They came naked... bands in transit.

I lit one of the Cohiba's up tonight.... very interesting.

I think I was expecting some sort of a mystical event and it was a let down at first. Then I noticed that it was smoother than anything else I have smoked. Then it got about half way down..... and it was the same; still smoother than the rest.

As my finger burns were proceeding into the second degree I realized this is a darn good smoke! It burned more even and consistent than anything else too... never even needed a relight or even a courtesy puff to keep it going... a VERY smooth draw and well I already mentioned what condition my fingers ended up in. Hanbano's noob heaven!

Looking forward to a Monte #2


----------



## IHT (Dec 27, 2003)

i'm not a fan of cohibas, so wait til you try some other brands where the flavors can come out and smack you around a bit, just to let you know they're there.


----------



## (909) (Jul 27, 2004)

Frank, they are fakes!!!

I'd say to send them to me for proper disposal but, I wouldn't touch that contraband with a ten foot pole. (maybe a lighter but not a 10' pole).

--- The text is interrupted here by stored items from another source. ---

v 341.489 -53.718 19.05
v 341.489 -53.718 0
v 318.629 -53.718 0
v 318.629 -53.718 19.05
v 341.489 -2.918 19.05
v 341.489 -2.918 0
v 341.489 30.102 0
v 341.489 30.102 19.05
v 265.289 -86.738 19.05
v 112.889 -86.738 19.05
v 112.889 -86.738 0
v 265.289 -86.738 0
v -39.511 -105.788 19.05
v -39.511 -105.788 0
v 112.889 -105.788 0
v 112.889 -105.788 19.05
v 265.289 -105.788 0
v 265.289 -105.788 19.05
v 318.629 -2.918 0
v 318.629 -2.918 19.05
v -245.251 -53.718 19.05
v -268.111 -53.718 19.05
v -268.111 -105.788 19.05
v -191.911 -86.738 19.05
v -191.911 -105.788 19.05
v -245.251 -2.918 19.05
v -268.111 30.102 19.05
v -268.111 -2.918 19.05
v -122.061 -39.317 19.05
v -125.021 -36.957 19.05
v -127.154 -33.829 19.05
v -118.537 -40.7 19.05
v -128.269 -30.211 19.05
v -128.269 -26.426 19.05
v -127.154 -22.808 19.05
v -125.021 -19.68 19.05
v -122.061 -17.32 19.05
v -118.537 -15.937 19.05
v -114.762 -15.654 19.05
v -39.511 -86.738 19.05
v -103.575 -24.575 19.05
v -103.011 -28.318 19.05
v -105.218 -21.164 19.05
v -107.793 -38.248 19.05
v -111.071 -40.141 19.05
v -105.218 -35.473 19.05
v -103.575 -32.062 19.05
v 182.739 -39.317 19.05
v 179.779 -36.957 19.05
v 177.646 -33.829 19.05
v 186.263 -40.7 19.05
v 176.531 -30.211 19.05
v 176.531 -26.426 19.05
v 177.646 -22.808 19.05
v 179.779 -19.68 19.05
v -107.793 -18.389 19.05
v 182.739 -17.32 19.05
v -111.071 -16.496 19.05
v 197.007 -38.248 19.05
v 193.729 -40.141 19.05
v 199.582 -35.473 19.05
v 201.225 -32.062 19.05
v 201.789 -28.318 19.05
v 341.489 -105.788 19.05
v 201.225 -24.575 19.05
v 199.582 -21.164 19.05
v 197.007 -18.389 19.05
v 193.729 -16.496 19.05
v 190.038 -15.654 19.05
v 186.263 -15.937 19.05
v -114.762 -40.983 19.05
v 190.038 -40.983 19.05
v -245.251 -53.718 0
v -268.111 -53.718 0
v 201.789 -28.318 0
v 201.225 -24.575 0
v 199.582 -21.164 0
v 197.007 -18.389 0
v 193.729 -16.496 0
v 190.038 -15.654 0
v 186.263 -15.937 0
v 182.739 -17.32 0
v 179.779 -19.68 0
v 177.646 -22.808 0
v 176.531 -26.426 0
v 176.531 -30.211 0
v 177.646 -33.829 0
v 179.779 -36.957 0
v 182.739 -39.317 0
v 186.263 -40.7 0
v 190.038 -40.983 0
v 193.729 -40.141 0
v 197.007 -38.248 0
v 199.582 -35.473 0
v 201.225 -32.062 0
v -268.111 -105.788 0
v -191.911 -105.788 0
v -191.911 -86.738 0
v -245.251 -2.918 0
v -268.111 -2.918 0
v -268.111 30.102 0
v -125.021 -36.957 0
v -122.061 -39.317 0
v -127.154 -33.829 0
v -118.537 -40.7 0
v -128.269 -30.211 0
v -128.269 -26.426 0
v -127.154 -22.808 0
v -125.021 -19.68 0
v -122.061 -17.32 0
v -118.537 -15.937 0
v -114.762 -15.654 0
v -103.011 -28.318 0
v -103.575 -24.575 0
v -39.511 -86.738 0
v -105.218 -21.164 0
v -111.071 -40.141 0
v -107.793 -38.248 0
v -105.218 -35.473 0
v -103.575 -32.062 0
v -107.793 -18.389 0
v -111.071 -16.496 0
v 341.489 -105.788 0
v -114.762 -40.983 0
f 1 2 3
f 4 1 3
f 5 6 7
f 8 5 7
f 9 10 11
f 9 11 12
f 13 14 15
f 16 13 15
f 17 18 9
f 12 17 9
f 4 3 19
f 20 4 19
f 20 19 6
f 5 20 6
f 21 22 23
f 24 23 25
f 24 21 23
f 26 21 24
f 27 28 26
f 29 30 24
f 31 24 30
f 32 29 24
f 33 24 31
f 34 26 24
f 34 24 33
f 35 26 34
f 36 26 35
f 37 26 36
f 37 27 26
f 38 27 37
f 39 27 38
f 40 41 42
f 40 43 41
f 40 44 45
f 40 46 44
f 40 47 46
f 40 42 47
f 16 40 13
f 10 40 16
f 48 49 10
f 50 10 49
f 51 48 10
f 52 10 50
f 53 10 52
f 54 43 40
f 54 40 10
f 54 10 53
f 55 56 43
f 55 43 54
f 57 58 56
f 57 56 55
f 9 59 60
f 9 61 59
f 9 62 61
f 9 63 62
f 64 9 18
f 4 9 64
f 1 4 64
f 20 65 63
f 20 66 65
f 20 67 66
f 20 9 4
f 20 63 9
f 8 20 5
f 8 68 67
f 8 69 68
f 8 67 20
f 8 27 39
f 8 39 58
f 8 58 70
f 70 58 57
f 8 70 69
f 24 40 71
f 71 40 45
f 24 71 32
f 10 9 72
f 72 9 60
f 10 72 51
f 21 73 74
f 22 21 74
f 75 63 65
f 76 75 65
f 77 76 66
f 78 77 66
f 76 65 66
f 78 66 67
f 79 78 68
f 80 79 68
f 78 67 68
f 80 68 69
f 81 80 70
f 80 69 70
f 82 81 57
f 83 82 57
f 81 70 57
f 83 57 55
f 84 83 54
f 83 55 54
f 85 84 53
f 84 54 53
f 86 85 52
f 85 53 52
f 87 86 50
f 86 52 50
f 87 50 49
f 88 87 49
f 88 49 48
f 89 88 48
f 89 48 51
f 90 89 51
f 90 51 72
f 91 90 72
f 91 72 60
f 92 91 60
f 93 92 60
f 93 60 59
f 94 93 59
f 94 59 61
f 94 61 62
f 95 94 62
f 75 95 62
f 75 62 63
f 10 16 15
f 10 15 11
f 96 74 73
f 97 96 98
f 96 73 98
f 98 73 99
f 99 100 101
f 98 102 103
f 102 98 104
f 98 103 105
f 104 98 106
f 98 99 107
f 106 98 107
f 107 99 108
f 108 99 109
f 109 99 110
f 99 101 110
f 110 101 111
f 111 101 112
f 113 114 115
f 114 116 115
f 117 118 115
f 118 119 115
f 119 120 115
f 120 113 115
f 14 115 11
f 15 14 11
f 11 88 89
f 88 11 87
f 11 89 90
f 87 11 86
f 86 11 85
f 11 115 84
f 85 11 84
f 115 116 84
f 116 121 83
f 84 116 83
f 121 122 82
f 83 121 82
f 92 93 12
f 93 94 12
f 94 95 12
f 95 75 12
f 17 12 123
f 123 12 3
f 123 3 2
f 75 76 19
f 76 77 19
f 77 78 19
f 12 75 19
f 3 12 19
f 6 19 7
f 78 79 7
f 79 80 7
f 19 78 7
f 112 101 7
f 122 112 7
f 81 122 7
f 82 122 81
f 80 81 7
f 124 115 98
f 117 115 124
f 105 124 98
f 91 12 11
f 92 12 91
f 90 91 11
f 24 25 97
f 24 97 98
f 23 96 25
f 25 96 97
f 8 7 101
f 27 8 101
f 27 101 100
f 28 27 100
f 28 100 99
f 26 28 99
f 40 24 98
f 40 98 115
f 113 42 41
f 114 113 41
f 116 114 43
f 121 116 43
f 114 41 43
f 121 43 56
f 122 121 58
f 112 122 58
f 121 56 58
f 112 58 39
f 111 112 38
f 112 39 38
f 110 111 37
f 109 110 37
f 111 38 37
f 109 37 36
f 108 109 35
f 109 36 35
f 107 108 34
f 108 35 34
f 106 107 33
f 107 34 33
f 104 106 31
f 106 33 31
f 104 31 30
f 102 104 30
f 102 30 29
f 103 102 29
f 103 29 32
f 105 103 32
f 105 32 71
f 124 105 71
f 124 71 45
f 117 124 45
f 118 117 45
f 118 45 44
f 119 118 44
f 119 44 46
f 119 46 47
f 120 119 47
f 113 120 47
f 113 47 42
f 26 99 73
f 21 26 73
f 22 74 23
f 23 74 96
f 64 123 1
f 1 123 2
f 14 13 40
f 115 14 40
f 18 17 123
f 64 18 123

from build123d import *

# Parameters (mm, degrees)
F1_DEPTH = 19.05
F2_W     = 152.4
F2_H     = 19.05
F3_DEPTH = 19.051
F4_R     = 12.7
F5_DEPTH = 19.051


with BuildPart() as f1:
    # F0 (on Top) → F1 (new body)
    with BuildSketch(Plane.XY):
        Polygon((341.488764, -53.718452), (318.628764, -53.718452), (318.628764, -2.918452), (341.488764, -2.918452), (341.488764, 30.101548), (-268.111236, 30.101548), (-268.111236, -2.918452), (-245.251236, -2.918452), (-245.251236, -53.718452), (-268.111236, -53.718452), (-268.111236, -86.738452), (-268.111236, -105.788452), (341.488764, -105.788452), (341.488764, -86.738452), align=None)
    extrude(amount=F1_DEPTH)

    # F2 (on face) → F3 (cut, through all)
    with BuildSketch(Plane.XY.offset(19.05)):
        with Locations((-115.711236, -96.263452)):
            Rectangle(F2_W, F2_H)
        with Locations((189.088764, -96.263452)):
            Rectangle(F2_W, F2_H)
    extrude(amount=-F3_DEPTH, mode=Mode.SUBTRACT)

    # F4 (on face) → F5 (cut, through all)
    with BuildSketch(Plane.XY.offset(19.05)):
        with Locations((189.088764, -28.318452)):
            Circle(F4_R)
        with Locations((-115.711236, -28.318452)):
            Circle(F4_R)
    extrude(amount=-F5_DEPTH, mode=Mode.SUBTRACT)


solid = f1.part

p.s. I'm sure this whole thing is not an issue being that you are located in "CA" (Canada) and the "Bay Area" which we all know means you are located in Thunder Bay, Ontario, Canada which openly deals with the Cubans.


----------



## dayplanner (Dec 11, 1997)

(909) said:


> Frank, they are fakes!!!
> 
> I'd say to send them to me for proper disposal but, I wouldn't touch that contraband with a ten foot pole. (maybe a lighter but not a 10' pole).
> 
> p.s. I'm sure this whole thing is not an issue being that you are located in "CA" (Canada) and the "Bay Area" which we all know means you are located in Thunder Bay, Ontario, Canada which openly deals with the Cubans.


Well duh.....

You didn't think that I meant CALIFORNIA did ya?? No!! Of course not... yeah, Canada.... that's the ticket! Why if these babies were in CALIFORNIA they really would be contraband!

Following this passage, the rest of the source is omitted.